### WHAT THE EXERCISE ASKS
Please repeat, from the entries that follow, the lines from the one containing "#31=CARTESIAN_POINT('',(0.,203.2,-0.085895));" through the one containing "END-ISO-10303-21;" exactly, adding nothing.
------ DATA FOR PROCESSING ------
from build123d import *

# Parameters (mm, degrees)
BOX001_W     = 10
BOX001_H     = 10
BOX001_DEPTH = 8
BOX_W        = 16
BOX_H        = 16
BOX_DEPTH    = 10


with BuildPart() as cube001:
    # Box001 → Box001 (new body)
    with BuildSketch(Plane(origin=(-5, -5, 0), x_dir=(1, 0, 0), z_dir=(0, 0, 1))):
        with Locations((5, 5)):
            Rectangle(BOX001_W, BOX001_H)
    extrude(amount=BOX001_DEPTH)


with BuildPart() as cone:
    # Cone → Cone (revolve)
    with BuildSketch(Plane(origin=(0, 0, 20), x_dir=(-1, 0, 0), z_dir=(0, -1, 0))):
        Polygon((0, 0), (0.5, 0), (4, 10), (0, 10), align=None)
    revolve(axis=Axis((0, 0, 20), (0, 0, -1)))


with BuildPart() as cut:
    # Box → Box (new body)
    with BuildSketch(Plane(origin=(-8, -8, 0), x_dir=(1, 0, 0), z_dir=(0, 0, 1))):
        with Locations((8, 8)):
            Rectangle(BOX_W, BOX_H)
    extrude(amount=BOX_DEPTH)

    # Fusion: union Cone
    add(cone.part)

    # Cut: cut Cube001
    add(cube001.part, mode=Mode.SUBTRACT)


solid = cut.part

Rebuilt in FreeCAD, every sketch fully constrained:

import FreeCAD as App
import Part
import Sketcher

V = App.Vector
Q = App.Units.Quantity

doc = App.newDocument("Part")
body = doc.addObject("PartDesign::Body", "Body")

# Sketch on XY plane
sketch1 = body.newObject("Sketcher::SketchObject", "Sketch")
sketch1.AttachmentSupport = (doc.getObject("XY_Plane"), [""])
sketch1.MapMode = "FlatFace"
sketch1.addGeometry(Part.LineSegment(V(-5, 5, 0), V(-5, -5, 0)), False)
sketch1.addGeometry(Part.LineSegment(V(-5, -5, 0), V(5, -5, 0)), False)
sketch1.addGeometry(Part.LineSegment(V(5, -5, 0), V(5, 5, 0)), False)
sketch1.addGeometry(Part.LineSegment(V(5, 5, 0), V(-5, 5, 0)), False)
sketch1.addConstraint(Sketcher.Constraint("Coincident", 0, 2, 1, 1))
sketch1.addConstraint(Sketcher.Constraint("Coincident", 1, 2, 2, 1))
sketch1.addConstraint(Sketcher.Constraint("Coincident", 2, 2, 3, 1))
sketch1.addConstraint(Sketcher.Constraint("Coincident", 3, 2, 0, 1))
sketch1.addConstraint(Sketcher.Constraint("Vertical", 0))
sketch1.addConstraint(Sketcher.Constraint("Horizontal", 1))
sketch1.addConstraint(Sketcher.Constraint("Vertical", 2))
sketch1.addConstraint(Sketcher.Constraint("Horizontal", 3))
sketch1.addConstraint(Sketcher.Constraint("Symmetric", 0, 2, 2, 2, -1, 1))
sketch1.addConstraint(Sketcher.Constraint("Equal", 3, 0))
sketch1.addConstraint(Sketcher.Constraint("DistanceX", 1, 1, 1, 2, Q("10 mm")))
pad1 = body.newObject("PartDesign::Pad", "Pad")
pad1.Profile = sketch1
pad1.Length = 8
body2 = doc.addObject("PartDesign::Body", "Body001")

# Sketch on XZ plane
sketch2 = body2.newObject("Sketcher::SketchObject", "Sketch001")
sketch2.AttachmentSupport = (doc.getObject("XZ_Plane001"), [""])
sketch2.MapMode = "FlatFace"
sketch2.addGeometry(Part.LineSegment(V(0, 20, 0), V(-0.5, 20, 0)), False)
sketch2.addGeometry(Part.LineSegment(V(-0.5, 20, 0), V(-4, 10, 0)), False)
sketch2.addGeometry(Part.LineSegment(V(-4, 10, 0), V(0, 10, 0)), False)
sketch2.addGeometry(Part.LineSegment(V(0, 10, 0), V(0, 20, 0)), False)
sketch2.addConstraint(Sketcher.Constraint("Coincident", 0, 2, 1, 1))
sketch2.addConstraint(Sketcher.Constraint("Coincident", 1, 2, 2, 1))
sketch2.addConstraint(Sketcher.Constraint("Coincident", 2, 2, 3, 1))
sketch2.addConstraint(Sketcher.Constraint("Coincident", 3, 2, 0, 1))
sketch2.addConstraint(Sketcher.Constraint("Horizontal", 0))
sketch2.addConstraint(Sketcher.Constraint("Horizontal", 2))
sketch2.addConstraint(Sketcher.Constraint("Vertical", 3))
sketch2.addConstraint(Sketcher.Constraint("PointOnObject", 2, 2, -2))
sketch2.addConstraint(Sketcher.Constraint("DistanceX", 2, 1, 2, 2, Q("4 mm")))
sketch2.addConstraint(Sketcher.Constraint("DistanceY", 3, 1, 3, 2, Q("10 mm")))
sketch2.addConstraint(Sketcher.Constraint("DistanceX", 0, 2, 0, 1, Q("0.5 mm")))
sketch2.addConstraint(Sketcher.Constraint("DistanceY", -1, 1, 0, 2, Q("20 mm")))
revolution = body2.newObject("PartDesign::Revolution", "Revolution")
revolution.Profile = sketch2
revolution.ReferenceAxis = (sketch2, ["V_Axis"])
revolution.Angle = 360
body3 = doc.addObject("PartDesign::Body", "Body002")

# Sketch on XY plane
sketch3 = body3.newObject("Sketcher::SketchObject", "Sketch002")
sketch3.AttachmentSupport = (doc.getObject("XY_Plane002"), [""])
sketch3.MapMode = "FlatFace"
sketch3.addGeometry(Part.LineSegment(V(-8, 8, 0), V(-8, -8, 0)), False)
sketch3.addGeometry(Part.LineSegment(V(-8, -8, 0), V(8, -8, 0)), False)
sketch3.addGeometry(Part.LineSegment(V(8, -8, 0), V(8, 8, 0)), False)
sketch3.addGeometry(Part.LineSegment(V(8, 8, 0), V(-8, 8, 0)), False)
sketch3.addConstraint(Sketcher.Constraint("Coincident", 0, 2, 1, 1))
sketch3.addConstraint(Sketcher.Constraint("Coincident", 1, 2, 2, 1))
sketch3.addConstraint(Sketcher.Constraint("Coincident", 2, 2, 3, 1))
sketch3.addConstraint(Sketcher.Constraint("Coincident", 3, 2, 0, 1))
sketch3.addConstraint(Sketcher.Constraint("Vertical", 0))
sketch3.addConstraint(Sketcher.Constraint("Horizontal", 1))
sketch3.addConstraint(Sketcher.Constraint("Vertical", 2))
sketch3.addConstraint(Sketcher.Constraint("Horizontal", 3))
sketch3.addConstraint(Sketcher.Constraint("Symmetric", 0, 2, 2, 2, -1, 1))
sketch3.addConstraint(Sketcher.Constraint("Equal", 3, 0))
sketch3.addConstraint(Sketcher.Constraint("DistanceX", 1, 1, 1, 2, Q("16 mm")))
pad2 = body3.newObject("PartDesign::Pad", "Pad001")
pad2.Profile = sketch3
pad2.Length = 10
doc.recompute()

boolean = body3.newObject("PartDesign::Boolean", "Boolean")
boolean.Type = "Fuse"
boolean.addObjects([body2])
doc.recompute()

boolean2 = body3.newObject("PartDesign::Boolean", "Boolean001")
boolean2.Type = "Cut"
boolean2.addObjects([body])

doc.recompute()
------
------ DATA FOR PROCESSING ------
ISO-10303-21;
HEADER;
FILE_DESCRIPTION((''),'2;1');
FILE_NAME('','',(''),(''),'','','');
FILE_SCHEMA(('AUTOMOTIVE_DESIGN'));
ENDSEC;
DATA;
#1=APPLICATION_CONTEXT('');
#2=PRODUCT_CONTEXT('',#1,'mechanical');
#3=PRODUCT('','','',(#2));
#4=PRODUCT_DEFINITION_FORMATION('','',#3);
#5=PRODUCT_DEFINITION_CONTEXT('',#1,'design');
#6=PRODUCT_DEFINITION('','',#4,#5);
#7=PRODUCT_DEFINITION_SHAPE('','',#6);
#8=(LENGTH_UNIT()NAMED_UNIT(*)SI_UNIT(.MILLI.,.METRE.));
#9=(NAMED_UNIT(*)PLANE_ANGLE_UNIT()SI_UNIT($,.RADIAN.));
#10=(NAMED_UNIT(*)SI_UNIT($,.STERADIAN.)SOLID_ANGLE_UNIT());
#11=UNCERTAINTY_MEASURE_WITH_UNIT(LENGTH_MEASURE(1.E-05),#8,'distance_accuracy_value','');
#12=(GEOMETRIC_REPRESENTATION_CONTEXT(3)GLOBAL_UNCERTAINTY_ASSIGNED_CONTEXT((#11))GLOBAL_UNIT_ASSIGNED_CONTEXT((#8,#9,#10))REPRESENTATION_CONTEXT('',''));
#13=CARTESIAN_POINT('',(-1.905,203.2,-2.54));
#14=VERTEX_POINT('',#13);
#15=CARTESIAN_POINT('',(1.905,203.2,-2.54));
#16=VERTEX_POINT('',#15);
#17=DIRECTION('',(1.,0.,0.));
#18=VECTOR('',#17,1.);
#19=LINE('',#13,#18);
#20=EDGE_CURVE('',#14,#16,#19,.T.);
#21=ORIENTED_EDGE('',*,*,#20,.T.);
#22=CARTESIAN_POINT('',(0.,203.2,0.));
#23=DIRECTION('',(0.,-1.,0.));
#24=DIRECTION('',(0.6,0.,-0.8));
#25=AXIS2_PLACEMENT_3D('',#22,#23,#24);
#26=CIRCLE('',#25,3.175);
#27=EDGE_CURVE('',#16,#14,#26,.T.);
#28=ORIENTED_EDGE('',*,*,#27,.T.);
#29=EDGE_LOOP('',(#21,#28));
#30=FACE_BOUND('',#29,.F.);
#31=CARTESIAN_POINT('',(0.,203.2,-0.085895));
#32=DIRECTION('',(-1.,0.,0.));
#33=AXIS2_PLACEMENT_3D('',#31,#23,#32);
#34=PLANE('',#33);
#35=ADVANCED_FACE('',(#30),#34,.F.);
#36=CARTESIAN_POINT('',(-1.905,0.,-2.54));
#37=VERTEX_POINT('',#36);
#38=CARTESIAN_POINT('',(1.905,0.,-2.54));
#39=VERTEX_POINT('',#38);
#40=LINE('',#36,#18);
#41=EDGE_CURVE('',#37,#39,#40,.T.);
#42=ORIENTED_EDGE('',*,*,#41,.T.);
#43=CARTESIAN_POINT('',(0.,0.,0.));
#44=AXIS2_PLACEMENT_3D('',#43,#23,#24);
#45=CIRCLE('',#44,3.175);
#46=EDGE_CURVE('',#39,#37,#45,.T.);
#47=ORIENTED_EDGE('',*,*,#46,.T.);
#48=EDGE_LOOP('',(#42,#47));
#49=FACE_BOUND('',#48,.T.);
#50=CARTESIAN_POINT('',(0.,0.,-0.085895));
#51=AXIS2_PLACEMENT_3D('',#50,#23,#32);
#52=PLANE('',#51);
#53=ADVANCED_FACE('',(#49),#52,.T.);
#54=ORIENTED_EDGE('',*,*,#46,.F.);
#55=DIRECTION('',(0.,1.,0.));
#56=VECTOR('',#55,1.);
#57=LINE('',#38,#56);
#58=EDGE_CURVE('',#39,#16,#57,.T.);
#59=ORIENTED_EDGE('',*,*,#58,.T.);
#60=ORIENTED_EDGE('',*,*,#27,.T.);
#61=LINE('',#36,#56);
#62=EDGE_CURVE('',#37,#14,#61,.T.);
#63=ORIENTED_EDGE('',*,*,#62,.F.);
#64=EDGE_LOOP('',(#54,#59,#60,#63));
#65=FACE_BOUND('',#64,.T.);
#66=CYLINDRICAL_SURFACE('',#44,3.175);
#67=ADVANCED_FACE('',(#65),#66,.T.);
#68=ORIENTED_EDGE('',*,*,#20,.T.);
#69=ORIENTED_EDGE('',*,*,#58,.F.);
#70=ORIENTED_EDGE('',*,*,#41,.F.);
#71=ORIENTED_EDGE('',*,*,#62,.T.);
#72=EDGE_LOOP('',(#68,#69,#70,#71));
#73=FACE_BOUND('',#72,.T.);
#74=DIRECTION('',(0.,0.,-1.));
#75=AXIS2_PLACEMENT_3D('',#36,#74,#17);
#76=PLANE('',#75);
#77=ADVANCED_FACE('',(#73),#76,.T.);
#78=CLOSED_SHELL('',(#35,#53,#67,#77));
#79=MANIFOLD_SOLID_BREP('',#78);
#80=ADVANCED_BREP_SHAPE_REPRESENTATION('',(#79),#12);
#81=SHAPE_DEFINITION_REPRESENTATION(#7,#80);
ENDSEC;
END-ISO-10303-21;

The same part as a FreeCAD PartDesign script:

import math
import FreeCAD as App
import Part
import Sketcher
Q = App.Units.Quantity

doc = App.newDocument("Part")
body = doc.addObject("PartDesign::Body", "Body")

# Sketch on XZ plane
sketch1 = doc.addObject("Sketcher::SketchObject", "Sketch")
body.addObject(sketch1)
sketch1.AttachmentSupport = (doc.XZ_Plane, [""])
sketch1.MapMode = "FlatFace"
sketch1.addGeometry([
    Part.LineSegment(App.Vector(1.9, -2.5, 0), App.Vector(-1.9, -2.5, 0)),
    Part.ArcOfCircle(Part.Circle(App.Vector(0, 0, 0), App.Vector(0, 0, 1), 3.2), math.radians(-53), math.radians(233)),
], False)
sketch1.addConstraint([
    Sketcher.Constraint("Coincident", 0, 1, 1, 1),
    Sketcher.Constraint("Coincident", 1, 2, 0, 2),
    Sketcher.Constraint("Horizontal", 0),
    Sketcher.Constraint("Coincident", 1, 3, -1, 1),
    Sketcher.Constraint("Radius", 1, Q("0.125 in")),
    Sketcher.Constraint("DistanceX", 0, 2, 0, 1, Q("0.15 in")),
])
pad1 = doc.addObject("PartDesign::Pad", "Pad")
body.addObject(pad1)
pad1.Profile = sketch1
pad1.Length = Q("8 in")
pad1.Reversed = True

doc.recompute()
------
### ANSWER TO THE EXERCISE
#31=CARTESIAN_POINT('',(0.,203.2,-0.085895));
#32=DIRECTION('',(-1.,0.,0.));
#33=AXIS2_PLACEMENT_3D('',#31,#23,#32);
#34=PLANE('',#33);
#35=ADVANCED_FACE('',(#30),#34,.F.);
#36=CARTESIAN_POINT('',(-1.905,0.,-2.54));
#37=VERTEX_POINT('',#36);
#38=CARTESIAN_POINT('',(1.905,0.,-2.54));
#39=VERTEX_POINT('',#38);
#40=LINE('',#36,#18);
#41=EDGE_CURVE('',#37,#39,#40,.T.);
#42=ORIENTED_EDGE('',*,*,#41,.T.);
#43=CARTESIAN_POINT('',(0.,0.,0.));
#44=AXIS2_PLACEMENT_3D('',#43,#23,#24);
#45=CIRCLE('',#44,3.175);
#46=EDGE_CURVE('',#39,#37,#45,.T.);
#47=ORIENTED_EDGE('',*,*,#46,.T.);
#48=EDGE_LOOP('',(#42,#47));
#49=FACE_BOUND('',#48,.T.);
#50=CARTESIAN_POINT('',(0.,0.,-0.085895));
#51=AXIS2_PLACEMENT_3D('',#50,#23,#32);
#52=PLANE('',#51);
#53=ADVANCED_FACE('',(#49),#52,.T.);
#54=ORIENTED_EDGE('',*,*,#46,.F.);
#55=DIRECTION('',(0.,1.,0.));
#56=VECTOR('',#55,1.);
#57=LINE('',#38,#56);
#58=EDGE_CURVE('',#39,#16,#57,.T.);
#59=ORIENTED_EDGE('',*,*,#58,.T.);
#60=ORIENTED_EDGE('',*,*,#27,.T.);
#61=LINE('',#36,#56);
#62=EDGE_CURVE('',#37,#14,#61,.T.);
#63=ORIENTED_EDGE('',*,*,#62,.F.);
#64=EDGE_LOOP('',(#54,#59,#60,#63));
#65=FACE_BOUND('',#64,.T.);
#66=CYLINDRICAL_SURFACE('',#44,3.175);
#67=ADVANCED_FACE('',(#65),#66,.T.);
#68=ORIENTED_EDGE('',*,*,#20,.T.);
#69=ORIENTED_EDGE('',*,*,#58,.F.);
#70=ORIENTED_EDGE('',*,*,#41,.F.);
#71=ORIENTED_EDGE('',*,*,#62,.T.);
#72=EDGE_LOOP('',(#68,#69,#70,#71));
#73=FACE_BOUND('',#72,.T.);
#74=DIRECTION('',(0.,0.,-1.));
#75=AXIS2_PLACEMENT_3D('',#36,#74,#17);
#76=PLANE('',#75);
#77=ADVANCED_FACE('',(#73),#76,.T.);
#78=CLOSED_SHELL('',(#35,#53,#67,#77));
#79=MANIFOLD_SOLID_BREP('',#78);
#80=ADVANCED_BREP_SHAPE_REPRESENTATION('',(#79),#12);
#81=SHAPE_DEFINITION_REPRESENTATION(#7,#80);
ENDSEC;
END-ISO-10303-21;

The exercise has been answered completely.